12. The only way I find to make sense of what Avicenna says about (ii) is not to take him literally elsewhere (Qiyās V.2): the inferences he presents all seem to involve inclusive disjunctions.

13. Even Avicenna’s innovative treatment of hypothetical syllogisms may be seen as a way to fill in a gap in the Prior Analytics, located as it is right between Qiyās IV (where the treatment of categorical syllogisms ends, in line with Prior Analytics A22) and Qiyās IX.1–2, which resumes the thread of Prior Analytics A24. In other words, the whole treatment of the hypothetical and of the repetitive syllogistic is inserted at a juncture where Aristotle, in Prior Analytics A23, introduces the notion of syllogisms from an assumption (ex hypothesi, which the Arabic translation of the Prior Analytics renders as šarṭiyyāt). This division of the text may usefully be seen in connection with Avicenna’s reference to a missing treatise (Street 2004).

14. A novelty that becomes mainstream, in the Arabic tradition, with Ḫūnağī (El-Rouayheb 2010).

15. I depart from Avicenna’s usage in (i) adopting these labels and (ii) always stating the major premise first (Avicenna designates moods in each figure by ordinals and almost without exception states the minor premise first).

16. For a canonical list in later Arabic logic, the most accessible and straightforward outline is perhaps Kātibī’s. The two lists line up as follows: two conditional premises (A1 = K1); two disjunctive premises (A2 = K5); a conditional and a disjunctive premise (A3 = K2); a conditional and a categorical (A4 = K3); a disjunctive and a categorical premise (A5 = K4) (Kātibī, Šamsiyya 3.3).

17. “Always, if A is B, then C is D; Always, if C is D, then H is Z ⊢ Always, if A is B, then H is Z”. I abbreviate indefinite (non-quantified) sentences like “A is B”, “C is D” with the letters p, q, r. In this section, Avicenna’s examples never involve quantified antecedents and consequents, but this is of no theoretical significance with regard to the productivity of the moods. Avicenna contends explicitly that each component proposition may be one of the canonical eight types mentioned above.

18. In this case, Avicenna is exclusively interested in what he calls the sharing of a “complete part,” i.e., of a whole proposition, not just of a term. We shall see below that he also entertains the possibility of two hypothetical propositions sharing an incomplete part, i.e., a term. Note that this case is different from the two cases in which a hypothetical is paired with a categorical, because then the shared element will necessarily be a term. The notion of a shared incomplete part applies therefore only to the case in which two premises may share a whole proposition, but in fact only happen to share a term.

19. For instance, when the minor premise is a conditional, moods in which the disjunction is not real and the conditional not an implication are not productive.
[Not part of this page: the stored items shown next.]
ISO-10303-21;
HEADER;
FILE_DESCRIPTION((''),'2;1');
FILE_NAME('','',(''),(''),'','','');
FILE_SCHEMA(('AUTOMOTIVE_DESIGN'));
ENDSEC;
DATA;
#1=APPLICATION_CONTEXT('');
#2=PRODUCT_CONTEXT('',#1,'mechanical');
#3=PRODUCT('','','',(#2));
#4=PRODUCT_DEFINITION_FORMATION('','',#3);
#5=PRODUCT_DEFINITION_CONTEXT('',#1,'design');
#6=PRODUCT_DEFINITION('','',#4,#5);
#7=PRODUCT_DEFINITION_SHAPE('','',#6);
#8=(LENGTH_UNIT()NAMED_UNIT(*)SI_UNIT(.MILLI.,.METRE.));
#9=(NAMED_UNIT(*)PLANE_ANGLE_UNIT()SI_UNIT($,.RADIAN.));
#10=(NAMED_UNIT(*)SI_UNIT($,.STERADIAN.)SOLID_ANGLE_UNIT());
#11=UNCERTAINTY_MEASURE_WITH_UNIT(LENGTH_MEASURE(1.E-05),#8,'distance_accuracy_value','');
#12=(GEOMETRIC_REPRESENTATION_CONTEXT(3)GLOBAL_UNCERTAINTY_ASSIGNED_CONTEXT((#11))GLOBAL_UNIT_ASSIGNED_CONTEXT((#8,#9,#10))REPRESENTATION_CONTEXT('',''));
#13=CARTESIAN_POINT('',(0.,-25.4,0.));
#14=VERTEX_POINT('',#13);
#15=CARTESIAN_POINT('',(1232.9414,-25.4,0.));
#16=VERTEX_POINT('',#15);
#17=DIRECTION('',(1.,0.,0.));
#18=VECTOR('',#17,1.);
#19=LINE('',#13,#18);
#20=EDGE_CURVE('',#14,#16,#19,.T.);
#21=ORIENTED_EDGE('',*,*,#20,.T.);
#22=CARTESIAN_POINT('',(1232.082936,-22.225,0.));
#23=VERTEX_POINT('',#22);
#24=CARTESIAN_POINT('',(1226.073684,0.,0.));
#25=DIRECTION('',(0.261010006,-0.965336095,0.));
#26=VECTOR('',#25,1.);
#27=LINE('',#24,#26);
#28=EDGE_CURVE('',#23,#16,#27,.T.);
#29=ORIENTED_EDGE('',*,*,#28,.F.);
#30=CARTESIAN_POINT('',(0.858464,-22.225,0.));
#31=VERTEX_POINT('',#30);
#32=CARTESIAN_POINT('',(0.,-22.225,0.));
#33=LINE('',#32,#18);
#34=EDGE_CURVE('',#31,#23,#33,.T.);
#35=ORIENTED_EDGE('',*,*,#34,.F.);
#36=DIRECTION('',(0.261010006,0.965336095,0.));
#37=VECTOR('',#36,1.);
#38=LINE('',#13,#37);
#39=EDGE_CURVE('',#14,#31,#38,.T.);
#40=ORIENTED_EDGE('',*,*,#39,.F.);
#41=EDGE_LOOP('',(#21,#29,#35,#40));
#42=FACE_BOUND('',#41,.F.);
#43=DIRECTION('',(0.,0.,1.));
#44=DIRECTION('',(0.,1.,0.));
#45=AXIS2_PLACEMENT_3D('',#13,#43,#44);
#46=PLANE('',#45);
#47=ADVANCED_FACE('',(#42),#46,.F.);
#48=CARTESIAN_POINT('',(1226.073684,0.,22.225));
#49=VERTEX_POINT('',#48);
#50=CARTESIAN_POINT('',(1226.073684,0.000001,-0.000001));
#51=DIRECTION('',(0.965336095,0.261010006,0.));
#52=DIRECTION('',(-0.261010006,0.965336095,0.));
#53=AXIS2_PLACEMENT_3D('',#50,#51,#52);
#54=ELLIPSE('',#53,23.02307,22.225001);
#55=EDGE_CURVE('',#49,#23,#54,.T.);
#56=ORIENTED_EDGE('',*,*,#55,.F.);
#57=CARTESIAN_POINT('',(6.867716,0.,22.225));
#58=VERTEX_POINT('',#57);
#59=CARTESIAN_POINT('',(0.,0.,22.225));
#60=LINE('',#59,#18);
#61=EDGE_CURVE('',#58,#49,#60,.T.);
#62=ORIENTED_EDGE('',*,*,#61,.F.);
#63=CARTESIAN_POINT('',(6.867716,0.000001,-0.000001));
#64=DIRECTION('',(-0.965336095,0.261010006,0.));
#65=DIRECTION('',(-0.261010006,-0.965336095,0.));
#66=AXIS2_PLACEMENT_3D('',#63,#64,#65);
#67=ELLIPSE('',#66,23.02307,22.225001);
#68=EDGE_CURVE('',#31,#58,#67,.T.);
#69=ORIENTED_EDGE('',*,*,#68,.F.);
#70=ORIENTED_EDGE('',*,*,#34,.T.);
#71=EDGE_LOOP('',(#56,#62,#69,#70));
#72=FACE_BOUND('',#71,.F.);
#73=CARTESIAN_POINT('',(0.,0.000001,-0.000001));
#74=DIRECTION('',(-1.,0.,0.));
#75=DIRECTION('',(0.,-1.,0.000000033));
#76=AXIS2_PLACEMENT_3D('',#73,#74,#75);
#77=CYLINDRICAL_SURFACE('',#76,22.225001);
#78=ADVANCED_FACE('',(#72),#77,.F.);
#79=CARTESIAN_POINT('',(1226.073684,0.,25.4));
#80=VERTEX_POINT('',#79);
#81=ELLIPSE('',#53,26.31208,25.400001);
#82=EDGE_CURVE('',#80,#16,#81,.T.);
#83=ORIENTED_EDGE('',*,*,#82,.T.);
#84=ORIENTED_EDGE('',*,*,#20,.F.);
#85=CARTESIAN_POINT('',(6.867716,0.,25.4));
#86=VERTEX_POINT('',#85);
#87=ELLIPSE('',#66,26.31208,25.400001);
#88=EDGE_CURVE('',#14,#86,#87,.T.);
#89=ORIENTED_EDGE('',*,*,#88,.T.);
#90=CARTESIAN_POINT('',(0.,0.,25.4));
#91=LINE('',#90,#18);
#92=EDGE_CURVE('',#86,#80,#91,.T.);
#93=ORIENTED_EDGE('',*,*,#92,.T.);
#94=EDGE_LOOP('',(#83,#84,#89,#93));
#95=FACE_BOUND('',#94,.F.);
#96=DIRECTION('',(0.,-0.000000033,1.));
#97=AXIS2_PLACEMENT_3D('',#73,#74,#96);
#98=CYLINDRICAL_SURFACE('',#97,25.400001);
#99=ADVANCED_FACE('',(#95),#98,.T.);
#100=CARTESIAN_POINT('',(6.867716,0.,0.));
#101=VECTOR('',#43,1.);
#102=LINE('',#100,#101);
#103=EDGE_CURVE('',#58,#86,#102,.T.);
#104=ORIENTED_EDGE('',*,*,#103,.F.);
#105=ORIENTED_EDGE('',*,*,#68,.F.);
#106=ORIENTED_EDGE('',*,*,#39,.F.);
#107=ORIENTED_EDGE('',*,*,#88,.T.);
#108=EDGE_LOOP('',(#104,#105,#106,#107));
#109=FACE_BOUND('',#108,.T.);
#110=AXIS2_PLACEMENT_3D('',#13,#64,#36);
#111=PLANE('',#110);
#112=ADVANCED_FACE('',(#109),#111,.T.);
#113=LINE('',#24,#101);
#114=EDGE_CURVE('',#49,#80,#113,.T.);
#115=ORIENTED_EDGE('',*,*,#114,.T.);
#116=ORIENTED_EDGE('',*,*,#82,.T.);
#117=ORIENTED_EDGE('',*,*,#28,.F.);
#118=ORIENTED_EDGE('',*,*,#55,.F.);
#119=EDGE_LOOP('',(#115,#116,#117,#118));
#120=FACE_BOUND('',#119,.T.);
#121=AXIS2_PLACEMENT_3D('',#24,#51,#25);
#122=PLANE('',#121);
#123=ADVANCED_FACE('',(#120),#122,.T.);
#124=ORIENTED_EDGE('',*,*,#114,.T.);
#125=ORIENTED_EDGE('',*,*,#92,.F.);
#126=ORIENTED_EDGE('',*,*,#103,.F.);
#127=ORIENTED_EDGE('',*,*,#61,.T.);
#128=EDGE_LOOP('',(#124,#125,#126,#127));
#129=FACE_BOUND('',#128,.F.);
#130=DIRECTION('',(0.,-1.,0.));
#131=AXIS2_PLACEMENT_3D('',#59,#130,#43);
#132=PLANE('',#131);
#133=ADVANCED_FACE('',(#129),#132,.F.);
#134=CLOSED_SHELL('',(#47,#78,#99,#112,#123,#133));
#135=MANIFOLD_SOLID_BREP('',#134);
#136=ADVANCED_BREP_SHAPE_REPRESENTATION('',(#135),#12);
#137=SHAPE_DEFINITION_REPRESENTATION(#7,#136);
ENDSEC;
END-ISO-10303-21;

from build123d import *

# Parameters (mm, degrees)
F1_DEPTH = 1232.9414
F3_DEPTH = 25.4


with BuildPart() as f1:
    # F0 (on Right) → F1 (new body)
    with BuildSketch(Plane.YZ):
        with BuildLine():
            ThreePointArc((0, 25.4), (-17.960512, 17.960512), (-25.4, 0))
            Line((-25.4, 0), (-22.225, 0))
            ThreePointArc((-22.225, 0), (-15.715448, 15.715448), (0, 22.225))
            Line((0, 22.225), (0, 25.4))
        make_face()
    extrude(amount=F1_DEPTH)

    # F2 (on Top) → F3 (cut)
    with BuildSketch(Plane.XY):
        Polygon((0, 0), (0, -25.4), (6.867716, 0), align=None)
        Polygon((1232.9414, -25.4), (1232.9414, 0), (1226.073684, 0), align=None)
    extrude(amount=F3_DEPTH, mode=Mode.SUBTRACT)


solid = f1.part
20. The only case in which a conditional is equivalent to the disjunction of the negation of its antecedent and its consequent is when the disjunction is inclusive, that is to say when it expresses the third kind of incompatibility or conflict (ʿinād) (between the negations of the two disjuncts).
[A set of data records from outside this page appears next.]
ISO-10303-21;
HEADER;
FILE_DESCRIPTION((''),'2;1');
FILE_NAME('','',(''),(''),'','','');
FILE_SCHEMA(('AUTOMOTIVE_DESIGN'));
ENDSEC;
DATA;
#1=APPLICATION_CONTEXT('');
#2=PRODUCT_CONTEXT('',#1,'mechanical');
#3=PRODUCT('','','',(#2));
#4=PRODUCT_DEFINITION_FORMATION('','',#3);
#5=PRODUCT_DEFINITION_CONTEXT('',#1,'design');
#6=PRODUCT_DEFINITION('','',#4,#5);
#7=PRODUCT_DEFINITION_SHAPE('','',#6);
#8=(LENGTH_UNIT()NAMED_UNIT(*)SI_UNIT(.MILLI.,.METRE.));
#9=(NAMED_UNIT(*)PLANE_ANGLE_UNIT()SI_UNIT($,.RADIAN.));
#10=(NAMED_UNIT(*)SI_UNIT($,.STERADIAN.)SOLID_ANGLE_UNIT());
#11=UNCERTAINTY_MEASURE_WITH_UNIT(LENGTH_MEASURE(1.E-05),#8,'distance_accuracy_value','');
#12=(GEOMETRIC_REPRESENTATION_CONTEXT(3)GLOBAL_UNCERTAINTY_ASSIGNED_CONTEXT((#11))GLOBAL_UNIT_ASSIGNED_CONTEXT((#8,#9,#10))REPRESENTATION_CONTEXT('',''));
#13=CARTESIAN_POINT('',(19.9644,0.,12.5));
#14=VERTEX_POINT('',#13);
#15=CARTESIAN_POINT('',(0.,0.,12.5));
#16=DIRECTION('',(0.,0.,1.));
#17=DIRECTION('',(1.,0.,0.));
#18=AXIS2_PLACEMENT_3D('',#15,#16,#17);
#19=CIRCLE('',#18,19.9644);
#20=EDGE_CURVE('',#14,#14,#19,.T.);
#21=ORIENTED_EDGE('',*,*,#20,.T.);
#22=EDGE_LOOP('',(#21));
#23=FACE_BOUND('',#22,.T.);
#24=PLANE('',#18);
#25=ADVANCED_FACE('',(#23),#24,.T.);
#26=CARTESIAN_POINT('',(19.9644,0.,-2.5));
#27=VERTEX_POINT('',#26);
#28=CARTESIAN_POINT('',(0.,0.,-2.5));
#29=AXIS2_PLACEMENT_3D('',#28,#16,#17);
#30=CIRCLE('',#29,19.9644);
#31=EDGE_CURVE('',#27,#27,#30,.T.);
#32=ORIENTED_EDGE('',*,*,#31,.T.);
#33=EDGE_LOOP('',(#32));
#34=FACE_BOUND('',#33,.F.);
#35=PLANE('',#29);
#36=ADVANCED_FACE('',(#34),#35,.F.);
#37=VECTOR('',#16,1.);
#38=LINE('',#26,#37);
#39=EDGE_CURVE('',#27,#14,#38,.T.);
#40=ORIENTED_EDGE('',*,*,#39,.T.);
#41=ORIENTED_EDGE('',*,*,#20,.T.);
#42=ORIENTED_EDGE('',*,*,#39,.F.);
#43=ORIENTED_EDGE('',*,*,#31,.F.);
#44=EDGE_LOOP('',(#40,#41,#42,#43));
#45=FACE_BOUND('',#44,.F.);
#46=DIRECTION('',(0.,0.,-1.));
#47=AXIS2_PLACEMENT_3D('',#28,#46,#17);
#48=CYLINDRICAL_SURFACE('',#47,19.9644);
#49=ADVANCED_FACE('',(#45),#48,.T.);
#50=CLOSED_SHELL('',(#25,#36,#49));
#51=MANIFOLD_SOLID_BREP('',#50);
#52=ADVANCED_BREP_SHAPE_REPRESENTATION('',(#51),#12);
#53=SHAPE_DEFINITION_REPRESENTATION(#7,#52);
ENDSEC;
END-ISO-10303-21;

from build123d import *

# Parameters (mm, degrees)
CYLINDER_R     = 19.9644
CYLINDER_DEPTH = 15


with BuildPart() as part:
    # Cylinder → Cylinder (new body)
    with BuildSketch(Plane.XY.offset(-2.5)):
        Circle(CYLINDER_R)
    extrude(amount=CYLINDER_DEPTH)


solid = part.part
21. Because (e-$$\mathbb{C}$$)p-CoD is equivalent to (a-$$\mathbb{C}$$)p-CaD, and (e-$$\mathbb{C}$$)p-AoC is equivalent to (a-$$\mathbb{C}$$)p-AaC.

22. Avicenna’s omission of particular negatives may simply be a slip. There is no reason—logical or stylistic—to justify their absence, in light of the symmetry of all the other cases in the three figures.
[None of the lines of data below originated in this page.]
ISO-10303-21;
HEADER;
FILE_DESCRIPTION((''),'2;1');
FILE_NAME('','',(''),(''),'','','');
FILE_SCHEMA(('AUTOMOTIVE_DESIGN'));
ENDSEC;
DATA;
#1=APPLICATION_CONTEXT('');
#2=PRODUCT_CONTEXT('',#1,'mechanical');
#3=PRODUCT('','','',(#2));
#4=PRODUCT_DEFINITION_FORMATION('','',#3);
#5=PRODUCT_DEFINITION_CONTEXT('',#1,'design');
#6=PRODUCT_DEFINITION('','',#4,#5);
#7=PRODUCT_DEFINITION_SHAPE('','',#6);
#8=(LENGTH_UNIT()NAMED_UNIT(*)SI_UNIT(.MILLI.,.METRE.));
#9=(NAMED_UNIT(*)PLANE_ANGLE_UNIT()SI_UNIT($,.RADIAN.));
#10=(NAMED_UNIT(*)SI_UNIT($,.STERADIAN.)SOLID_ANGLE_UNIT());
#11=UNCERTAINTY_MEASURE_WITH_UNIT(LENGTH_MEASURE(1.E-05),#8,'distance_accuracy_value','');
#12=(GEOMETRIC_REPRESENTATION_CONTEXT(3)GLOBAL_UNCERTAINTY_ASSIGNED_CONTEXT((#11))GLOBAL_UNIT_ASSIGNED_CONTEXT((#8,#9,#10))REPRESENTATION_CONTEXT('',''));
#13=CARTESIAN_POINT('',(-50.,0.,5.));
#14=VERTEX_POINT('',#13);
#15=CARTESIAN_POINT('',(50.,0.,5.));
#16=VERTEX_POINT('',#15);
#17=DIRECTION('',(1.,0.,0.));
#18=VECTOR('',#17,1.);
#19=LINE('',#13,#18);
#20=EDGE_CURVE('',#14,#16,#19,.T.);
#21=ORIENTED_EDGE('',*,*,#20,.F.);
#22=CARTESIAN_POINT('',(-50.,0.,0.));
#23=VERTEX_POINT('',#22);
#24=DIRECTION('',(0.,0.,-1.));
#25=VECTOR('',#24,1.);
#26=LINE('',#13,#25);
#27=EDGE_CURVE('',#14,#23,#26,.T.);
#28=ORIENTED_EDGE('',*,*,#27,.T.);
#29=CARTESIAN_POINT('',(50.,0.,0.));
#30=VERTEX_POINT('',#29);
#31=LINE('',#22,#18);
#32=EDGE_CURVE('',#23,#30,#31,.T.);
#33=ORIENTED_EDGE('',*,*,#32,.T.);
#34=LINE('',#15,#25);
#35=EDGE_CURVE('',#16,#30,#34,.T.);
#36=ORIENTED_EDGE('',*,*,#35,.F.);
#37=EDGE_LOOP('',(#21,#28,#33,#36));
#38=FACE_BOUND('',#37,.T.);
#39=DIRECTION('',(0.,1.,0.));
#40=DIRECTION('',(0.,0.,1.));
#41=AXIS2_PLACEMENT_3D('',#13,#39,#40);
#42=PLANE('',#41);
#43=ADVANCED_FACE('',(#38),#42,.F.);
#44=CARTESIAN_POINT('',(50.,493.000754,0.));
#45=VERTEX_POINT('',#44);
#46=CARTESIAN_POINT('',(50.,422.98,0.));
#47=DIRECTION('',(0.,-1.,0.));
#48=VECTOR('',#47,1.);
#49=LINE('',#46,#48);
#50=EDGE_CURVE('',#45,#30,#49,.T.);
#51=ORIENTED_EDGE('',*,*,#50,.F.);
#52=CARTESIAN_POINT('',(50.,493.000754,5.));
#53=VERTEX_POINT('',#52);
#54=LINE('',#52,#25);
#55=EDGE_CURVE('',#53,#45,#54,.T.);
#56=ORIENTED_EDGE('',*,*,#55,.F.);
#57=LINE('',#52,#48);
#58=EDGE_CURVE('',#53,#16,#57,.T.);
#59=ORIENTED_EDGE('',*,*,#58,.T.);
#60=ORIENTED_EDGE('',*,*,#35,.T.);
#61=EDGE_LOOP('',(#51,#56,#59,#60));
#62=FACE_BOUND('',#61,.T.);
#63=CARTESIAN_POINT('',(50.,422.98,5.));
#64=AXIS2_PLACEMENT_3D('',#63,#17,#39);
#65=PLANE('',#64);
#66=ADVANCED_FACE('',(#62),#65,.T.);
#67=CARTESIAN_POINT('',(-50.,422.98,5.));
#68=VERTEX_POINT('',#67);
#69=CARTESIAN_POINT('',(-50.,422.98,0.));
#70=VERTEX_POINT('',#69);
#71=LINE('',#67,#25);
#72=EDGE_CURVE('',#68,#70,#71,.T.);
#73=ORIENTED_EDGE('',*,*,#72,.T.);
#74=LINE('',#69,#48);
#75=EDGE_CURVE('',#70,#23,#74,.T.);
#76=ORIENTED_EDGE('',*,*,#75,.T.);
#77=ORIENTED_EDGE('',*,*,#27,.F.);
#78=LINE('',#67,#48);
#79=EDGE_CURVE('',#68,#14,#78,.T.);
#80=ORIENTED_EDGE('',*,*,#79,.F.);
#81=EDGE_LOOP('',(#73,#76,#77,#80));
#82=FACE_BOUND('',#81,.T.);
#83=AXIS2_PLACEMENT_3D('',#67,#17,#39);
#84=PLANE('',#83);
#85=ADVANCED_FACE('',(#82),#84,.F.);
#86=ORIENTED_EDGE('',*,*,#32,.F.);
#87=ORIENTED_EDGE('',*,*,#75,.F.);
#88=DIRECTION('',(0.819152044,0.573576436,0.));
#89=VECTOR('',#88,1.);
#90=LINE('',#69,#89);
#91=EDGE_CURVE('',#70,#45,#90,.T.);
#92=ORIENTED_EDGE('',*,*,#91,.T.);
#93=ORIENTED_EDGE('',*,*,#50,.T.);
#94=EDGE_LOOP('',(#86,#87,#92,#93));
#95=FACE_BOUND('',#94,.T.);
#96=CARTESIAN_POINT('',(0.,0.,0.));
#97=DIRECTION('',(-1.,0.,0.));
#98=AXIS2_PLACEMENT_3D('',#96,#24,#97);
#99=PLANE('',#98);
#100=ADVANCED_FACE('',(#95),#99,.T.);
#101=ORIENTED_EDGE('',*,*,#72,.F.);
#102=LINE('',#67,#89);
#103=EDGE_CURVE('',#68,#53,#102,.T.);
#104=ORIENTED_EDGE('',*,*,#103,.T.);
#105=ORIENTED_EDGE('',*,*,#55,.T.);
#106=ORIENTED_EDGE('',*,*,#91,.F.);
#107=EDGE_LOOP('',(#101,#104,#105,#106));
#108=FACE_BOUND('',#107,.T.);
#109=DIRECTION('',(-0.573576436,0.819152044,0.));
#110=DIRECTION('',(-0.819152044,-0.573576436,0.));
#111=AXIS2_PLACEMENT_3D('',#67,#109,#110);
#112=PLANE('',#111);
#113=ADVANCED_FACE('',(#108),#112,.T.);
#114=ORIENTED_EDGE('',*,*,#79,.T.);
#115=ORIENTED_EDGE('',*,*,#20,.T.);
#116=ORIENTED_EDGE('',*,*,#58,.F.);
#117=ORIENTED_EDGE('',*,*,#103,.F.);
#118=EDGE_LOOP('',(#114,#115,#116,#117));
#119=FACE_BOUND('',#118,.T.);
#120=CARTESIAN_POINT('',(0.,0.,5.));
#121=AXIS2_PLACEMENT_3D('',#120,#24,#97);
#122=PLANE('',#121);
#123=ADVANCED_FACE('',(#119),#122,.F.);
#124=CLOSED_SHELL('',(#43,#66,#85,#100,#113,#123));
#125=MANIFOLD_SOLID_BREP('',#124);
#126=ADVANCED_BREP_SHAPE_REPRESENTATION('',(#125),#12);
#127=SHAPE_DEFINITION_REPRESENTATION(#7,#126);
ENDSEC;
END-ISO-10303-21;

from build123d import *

# Parameters (mm, degrees)
BOSS_EXTRUDE1_DEPTH = 5


with BuildPart() as part:
    # Sketch2 → Boss-Extrude1 (new body)
    with BuildSketch(Plane.XY):
        Polygon((-50, 422.98), (-50, 0), (50, 0), (50, 422.98), (50, 493.000753821), align=None)
    extrude(amount=BOSS_EXTRUDE1_DEPTH)


solid = part.part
23. In his commentary on the corresponding passage in the Išārāt, Ṭūsī notes that “other connections are remote from nature,” (Ḥall muškilāt al-Išārāt, on Path 8.1, in Avicenna Išārāt-Ṭūsī: 493) in line with a number of remarks we find in Avicenna, who frequently omits large portions of this analysis in the shorter treatises.

24. A further distinction is based on whether the parts of the disjunctive are affirmative or negative.

25. “Nor is the Book of the Syllogism written in accordance with [its] usefulness for the sciences [only], but with respect to what is common to demonstration and dialectic and so on” (Qiyās IV.1, 188.1–2).